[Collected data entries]
++++

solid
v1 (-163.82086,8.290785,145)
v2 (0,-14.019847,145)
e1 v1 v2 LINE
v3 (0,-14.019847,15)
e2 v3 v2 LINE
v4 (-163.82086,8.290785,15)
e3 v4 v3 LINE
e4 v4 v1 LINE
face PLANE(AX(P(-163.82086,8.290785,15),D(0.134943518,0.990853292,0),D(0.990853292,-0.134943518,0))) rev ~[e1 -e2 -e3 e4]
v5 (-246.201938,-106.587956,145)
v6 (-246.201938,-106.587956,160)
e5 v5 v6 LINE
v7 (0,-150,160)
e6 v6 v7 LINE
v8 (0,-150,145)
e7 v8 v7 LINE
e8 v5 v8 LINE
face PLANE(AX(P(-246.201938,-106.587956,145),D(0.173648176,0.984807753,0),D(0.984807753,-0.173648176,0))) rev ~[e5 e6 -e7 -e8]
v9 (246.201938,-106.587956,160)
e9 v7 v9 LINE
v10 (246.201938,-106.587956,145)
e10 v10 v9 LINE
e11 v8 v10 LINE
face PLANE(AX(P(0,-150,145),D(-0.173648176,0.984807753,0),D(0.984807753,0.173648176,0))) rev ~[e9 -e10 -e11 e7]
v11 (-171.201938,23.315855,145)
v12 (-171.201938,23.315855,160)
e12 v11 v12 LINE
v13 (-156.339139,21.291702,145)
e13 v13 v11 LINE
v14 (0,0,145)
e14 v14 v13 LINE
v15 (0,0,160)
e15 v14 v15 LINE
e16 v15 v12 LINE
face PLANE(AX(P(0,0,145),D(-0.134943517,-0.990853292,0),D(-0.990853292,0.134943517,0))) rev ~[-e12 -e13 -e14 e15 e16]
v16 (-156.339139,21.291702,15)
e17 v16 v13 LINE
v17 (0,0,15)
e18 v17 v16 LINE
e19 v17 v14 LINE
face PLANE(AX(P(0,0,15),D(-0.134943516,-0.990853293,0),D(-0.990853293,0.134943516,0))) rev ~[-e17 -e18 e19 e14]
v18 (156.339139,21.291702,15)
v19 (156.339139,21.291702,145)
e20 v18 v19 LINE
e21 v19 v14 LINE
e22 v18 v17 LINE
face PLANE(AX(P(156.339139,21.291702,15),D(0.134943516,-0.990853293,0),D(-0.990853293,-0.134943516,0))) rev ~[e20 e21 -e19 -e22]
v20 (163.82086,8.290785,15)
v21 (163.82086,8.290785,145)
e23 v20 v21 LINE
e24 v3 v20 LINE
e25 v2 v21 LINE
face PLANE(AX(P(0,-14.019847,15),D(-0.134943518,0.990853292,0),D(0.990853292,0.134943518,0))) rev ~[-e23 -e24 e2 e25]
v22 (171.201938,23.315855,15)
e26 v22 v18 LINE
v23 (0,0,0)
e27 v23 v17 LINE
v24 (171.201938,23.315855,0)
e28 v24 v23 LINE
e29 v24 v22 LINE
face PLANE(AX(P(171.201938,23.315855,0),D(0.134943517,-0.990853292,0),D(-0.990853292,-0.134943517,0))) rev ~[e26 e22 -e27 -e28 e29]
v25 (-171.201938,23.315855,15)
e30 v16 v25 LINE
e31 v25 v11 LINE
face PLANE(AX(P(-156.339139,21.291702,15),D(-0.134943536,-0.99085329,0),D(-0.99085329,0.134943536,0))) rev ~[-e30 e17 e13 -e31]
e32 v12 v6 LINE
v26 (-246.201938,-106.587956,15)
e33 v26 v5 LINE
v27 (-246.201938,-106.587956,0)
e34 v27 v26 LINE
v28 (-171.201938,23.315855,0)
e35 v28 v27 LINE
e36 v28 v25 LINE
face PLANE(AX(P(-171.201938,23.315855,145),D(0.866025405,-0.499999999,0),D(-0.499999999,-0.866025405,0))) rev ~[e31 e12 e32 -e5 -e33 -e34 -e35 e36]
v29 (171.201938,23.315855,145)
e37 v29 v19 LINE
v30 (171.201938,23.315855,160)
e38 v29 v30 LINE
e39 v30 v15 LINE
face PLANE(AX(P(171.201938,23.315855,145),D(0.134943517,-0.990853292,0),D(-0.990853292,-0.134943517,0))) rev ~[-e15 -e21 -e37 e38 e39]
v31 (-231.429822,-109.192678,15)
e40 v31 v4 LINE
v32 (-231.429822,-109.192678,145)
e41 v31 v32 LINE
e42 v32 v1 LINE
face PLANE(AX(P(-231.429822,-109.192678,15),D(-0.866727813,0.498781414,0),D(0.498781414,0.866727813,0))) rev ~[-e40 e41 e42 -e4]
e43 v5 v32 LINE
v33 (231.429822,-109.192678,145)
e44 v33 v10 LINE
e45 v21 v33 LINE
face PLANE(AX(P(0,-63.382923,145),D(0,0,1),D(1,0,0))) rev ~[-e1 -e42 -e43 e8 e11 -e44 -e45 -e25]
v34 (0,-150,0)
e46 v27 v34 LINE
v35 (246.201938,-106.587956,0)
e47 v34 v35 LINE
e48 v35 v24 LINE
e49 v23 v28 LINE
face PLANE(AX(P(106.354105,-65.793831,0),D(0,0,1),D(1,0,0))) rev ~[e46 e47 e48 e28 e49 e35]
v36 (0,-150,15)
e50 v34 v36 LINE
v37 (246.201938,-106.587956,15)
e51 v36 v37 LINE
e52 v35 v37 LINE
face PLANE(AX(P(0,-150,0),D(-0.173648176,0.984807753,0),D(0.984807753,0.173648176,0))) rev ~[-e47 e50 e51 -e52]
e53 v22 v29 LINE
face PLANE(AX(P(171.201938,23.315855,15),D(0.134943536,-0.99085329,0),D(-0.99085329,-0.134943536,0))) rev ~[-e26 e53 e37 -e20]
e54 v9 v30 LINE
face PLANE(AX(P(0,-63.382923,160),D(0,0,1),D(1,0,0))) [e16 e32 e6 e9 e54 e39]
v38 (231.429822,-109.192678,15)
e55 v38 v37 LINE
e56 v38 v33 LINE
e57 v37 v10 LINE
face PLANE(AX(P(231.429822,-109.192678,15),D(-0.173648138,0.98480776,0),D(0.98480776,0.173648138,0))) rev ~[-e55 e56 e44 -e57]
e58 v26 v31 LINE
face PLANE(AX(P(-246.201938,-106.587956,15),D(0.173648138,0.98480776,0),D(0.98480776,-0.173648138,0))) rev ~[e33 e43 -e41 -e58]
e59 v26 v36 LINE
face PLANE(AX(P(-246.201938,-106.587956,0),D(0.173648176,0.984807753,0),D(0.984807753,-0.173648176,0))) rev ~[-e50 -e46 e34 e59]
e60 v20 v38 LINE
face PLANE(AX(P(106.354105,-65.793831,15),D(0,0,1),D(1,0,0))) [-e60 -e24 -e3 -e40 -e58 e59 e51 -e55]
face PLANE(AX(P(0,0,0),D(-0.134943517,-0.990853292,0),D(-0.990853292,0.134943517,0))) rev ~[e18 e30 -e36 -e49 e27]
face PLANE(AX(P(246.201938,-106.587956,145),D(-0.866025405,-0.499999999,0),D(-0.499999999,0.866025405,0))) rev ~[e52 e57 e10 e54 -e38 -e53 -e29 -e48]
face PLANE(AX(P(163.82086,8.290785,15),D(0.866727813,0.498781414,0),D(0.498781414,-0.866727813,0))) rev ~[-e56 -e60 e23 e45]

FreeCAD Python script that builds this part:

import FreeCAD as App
import Part
import Sketcher
from FreeCAD import Vector
Q = App.Units.Quantity

doc = App.newDocument("Part")
body = doc.addObject("PartDesign::Body", "Body")

sketch1 = body.newObject("Sketcher::SketchObject", "Sketch")
sketch1.AttachmentSupport = (doc.getObject("XY_Plane"), [""])
sketch1.MapMode = "FlatFace"
sketch1.addGeometry([
    Part.LineSegment(Vector(171, 23, 0), Vector(0, 0, 0)),
    Part.LineSegment(Vector(0, 0, 0), Vector(-171, 23, 0)),
    Part.LineSegment(Vector(-171, 23, 0), Vector(-246, -107, 0)),
    Part.LineSegment(Vector(-246, -107, 0), Vector(0, -150, 0)),
    Part.LineSegment(Vector(0, -150, 0), Vector(246, -107, 0)),
    Part.LineSegment(Vector(246, -107, 0), Vector(171, 23, 0)),
], False)
sketch1.addConstraint([
    Sketcher.Constraint("Coincident", 0, 2, 1, 1),
    Sketcher.Constraint("Coincident", 1, 2, 2, 1),
    Sketcher.Constraint("Coincident", 2, 2, 3, 1),
    Sketcher.Constraint("Coincident", 3, 2, 4, 1),
    Sketcher.Constraint("Coincident", 4, 2, 5, 1),
    Sketcher.Constraint("Coincident", 5, 2, 0, 1),
    Sketcher.Constraint("Coincident", 0, 2, -1, 1),
    Sketcher.Constraint("Symmetric", 2, 2, 4, 2, -2),
    Sketcher.Constraint("Symmetric", 1, 2, 5, 2, -2),
    Sketcher.Constraint("PointOnObject", 3, 2, -2),
    Sketcher.Constraint("Angle", 2, Q("-120 deg")),
    Sketcher.Constraint("Angle", 3, Q("-10 deg")),
    Sketcher.Constraint("Distance", 2, 150.0),
    Sketcher.Constraint("Distance", 3, 250.0),
    Sketcher.Constraint("DistanceY", 3, 2, -1, 1, 150.0),
])
pad1 = body.newObject("PartDesign::Pad", "Pad")
pad1.Profile = sketch1
pad1.Length = 15

sketch2 = body.newObject("Sketcher::SketchObject", "Sketch001")
sketch2.AttachmentSupport = (doc.getObject("XY_Plane"), [""])
sketch2.MapMode = "FlatFace"
sketch2.AttachmentOffset = App.Placement(Vector(0, 0, 15), App.Rotation())
sketch2.addGeometry([
    Part.LineSegment(Vector(-171, 23, 0), Vector(-246, -107, 0)),
    Part.LineSegment(Vector(-246, -107, 0), Vector(-231, -109, 0)),
    Part.LineSegment(Vector(-231, -109, 0), Vector(-164, 8, 0)),
    Part.LineSegment(Vector(-164, 8, 0), Vector(0, -14, 0)),
    Part.LineSegment(Vector(0, -14, 0), Vector(164, 8, 0)),
    Part.LineSegment(Vector(164, 8, 0), Vector(231, -109, 0)),
    Part.LineSegment(Vector(231, -109, 0), Vector(246, -107, 0)),
    Part.LineSegment(Vector(246, -107, 0), Vector(171, 23, 0)),
    Part.LineSegment(Vector(171, 23, 0), Vector(156, 21, 0)),
    Part.LineSegment(Vector(156, 21, 0), Vector(0, 0, 0)),
    Part.LineSegment(Vector(0, 0, 0), Vector(-156, 21, 0)),
    Part.LineSegment(Vector(-156, 21, 0), Vector(-171, 23, 0)),
], False)
sketch2.addConstraint([
    Sketcher.Constraint("Coincident", 0, 2, 1, 1),
    Sketcher.Constraint("Coincident", 1, 2, 2, 1),
    Sketcher.Constraint("Coincident", 2, 2, 3, 1),
    Sketcher.Constraint("Coincident", 3, 2, 4, 1),
    Sketcher.Constraint("Coincident", 4, 2, 5, 1),
    Sketcher.Constraint("Coincident", 5, 2, 6, 1),
    Sketcher.Constraint("Coincident", 6, 2, 7, 1),
    Sketcher.Constraint("Coincident", 7, 2, 8, 1),
    Sketcher.Constraint("Coincident", 8, 2, 9, 1),
    Sketcher.Constraint("Coincident", 9, 2, 10, 1),
    Sketcher.Constraint("Coincident", 10, 2, 11, 1),
    Sketcher.Constraint("Coincident", 11, 2, 0, 1),
    Sketcher.Constraint("Coincident", 9, 2, -1, 1),
    Sketcher.Constraint("Symmetric", 2, 2, 4, 2, -2),
    Sketcher.Constraint("Symmetric", 1, 2, 5, 2, -2),
    Sketcher.Constraint("Symmetric", 0, 2, 6, 2, -2),
    Sketcher.Constraint("Symmetric", 8, 2, 10, 2, -2),
    Sketcher.Constraint("Symmetric", 7, 2, 11, 2, -2),
    Sketcher.Constraint("PointOnObject", 3, 2, -2),
    Sketcher.Constraint("Parallel", 4, 8),
    Sketcher.Constraint("Parallel", 8, 9),
    Sketcher.Constraint("Equal", 6, 8),
    Sketcher.Constraint("Angle", 0, Q("-120 deg")),
    Sketcher.Constraint("Angle", 1, Q("-9.999998 deg")),
    Sketcher.Constraint("Distance", 0, 150.0),
    Sketcher.Constraint("Distance", 1, 15.0),
    Sketcher.Constraint("DistanceX", 0, 2, 4, 2, 410.022798),
    Sketcher.Constraint("DistanceY", 3, 2, 7, 2, 37.335702),
    Sketcher.Constraint("Distance", 2, 135.548279),
    Sketcher.Constraint("DistanceX", 0, 2, -1, 1, 246.201938),
])
pad2 = body.newObject("PartDesign::Pad", "Pad001")
pad2.Profile = sketch2
pad2.Length = 130

sketch3 = body.newObject("Sketcher::SketchObject", "Sketch002")
sketch3.AttachmentSupport = (doc.getObject("XY_Plane"), [""])
sketch3.MapMode = "FlatFace"
sketch3.AttachmentOffset = App.Placement(Vector(0, 0, 145), App.Rotation())
sketch3.addGeometry([
    Part.LineSegment(Vector(-171, 23, 0), Vector(-246, -107, 0)),
    Part.LineSegment(Vector(-246, -107, 0), Vector(0, -150, 0)),
    Part.LineSegment(Vector(0, -150, 0), Vector(246, -107, 0)),
    Part.LineSegment(Vector(246, -107, 0), Vector(171, 23, 0)),
    Part.LineSegment(Vector(171, 23, 0), Vector(0, 0, 0)),
    Part.LineSegment(Vector(0, 0, 0), Vector(-171, 23, 0)),
], False)
sketch3.addConstraint([
    Sketcher.Constraint("Coincident", 0, 2, 1, 1),
    Sketcher.Constraint("Coincident", 1, 2, 2, 1),
    Sketcher.Constraint("Coincident", 2, 2, 3, 1),
    Sketcher.Constraint("Coincident", 3, 2, 4, 1),
    Sketcher.Constraint("Coincident", 4, 2, 5, 1),
    Sketcher.Constraint("Coincident", 5, 2, 0, 1),
    Sketcher.Constraint("Coincident", 4, 2, -1, 1),
    Sketcher.Constraint("Symmetric", 0, 2, 2, 2, -2),
    Sketcher.Constraint("Symmetric", 3, 2, 5, 2, -2),
    Sketcher.Constraint("PointOnObject", 1, 2, -2),
    Sketcher.Constraint("Angle", 0, Q("-120 deg")),
    Sketcher.Constraint("Angle", 1, Q("-10 deg")),
    Sketcher.Constraint("Distance", 0, 150.0),
    Sketcher.Constraint("Distance", 1, 250.0),
    Sketcher.Constraint("DistanceY", 1, 2, -1, 1, 150.0),
])
pad3 = body.newObject("PartDesign::Pad", "Pad002")
pad3.Profile = sketch3
pad3.Length = 15

doc.recompute()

++++

WORK ORDER>
An exact copy of the lines above, from the one containing "v12 (-171.201938,23.315855,160)" through the one containing "e42 v32 v1 LINE", is the whole of the answer.

TASK ANSWER>
v12 (-171.201938,23.315855,160)
e12 v11 v12 LINE
v13 (-156.339139,21.291702,145)
e13 v13 v11 LINE
v14 (0,0,145)
e14 v14 v13 LINE
v15 (0,0,160)
e15 v14 v15 LINE
e16 v15 v12 LINE
face PLANE(AX(P(0,0,145),D(-0.134943517,-0.990853292,0),D(-0.990853292,0.134943517,0))) rev ~[-e12 -e13 -e14 e15 e16]
v16 (-156.339139,21.291702,15)
e17 v16 v13 LINE
v17 (0,0,15)
e18 v17 v16 LINE
e19 v17 v14 LINE
face PLANE(AX(P(0,0,15),D(-0.134943516,-0.990853293,0),D(-0.990853293,0.134943516,0))) rev ~[-e17 -e18 e19 e14]
v18 (156.339139,21.291702,15)
v19 (156.339139,21.291702,145)
e20 v18 v19 LINE
e21 v19 v14 LINE
e22 v18 v17 LINE
face PLANE(AX(P(156.339139,21.291702,15),D(0.134943516,-0.990853293,0),D(-0.990853293,-0.134943516,0))) rev ~[e20 e21 -e19 -e22]
v20 (163.82086,8.290785,15)
v21 (163.82086,8.290785,145)
e23 v20 v21 LINE
e24 v3 v20 LINE
e25 v2 v21 LINE
face PLANE(AX(P(0,-14.019847,15),D(-0.134943518,0.990853292,0),D(0.990853292,0.134943518,0))) rev ~[-e23 -e24 e2 e25]
v22 (171.201938,23.315855,15)
e26 v22 v18 LINE
v23 (0,0,0)
e27 v23 v17 LINE
v24 (171.201938,23.315855,0)
e28 v24 v23 LINE
e29 v24 v22 LINE
face PLANE(AX(P(171.201938,23.315855,0),D(0.134943517,-0.990853292,0),D(-0.990853292,-0.134943517,0))) rev ~[e26 e22 -e27 -e28 e29]
v25 (-171.201938,23.315855,15)
e30 v16 v25 LINE
e31 v25 v11 LINE
face PLANE(AX(P(-156.339139,21.291702,15),D(-0.134943536,-0.99085329,0),D(-0.99085329,0.134943536,0))) rev ~[-e30 e17 e13 -e31]
e32 v12 v6 LINE
v26 (-246.201938,-106.587956,15)
e33 v26 v5 LINE
v27 (-246.201938,-106.587956,0)
e34 v27 v26 LINE
v28 (-171.201938,23.315855,0)
e35 v28 v27 LINE
e36 v28 v25 LINE
face PLANE(AX(P(-171.201938,23.315855,145),D(0.866025405,-0.499999999,0),D(-0.499999999,-0.866025405,0))) rev ~[e31 e12 e32 -e5 -e33 -e34 -e35 e36]
v29 (171.201938,23.315855,145)
e37 v29 v19 LINE
v30 (171.201938,23.315855,160)
e38 v29 v30 LINE
e39 v30 v15 LINE
face PLANE(AX(P(171.201938,23.315855,145),D(0.134943517,-0.990853292,0),D(-0.990853292,-0.134943517,0))) rev ~[-e15 -e21 -e37 e38 e39]
v31 (-231.429822,-109.192678,15)
e40 v31 v4 LINE
v32 (-231.429822,-109.192678,145)
e41 v31 v32 LINE
e42 v32 v1 LINE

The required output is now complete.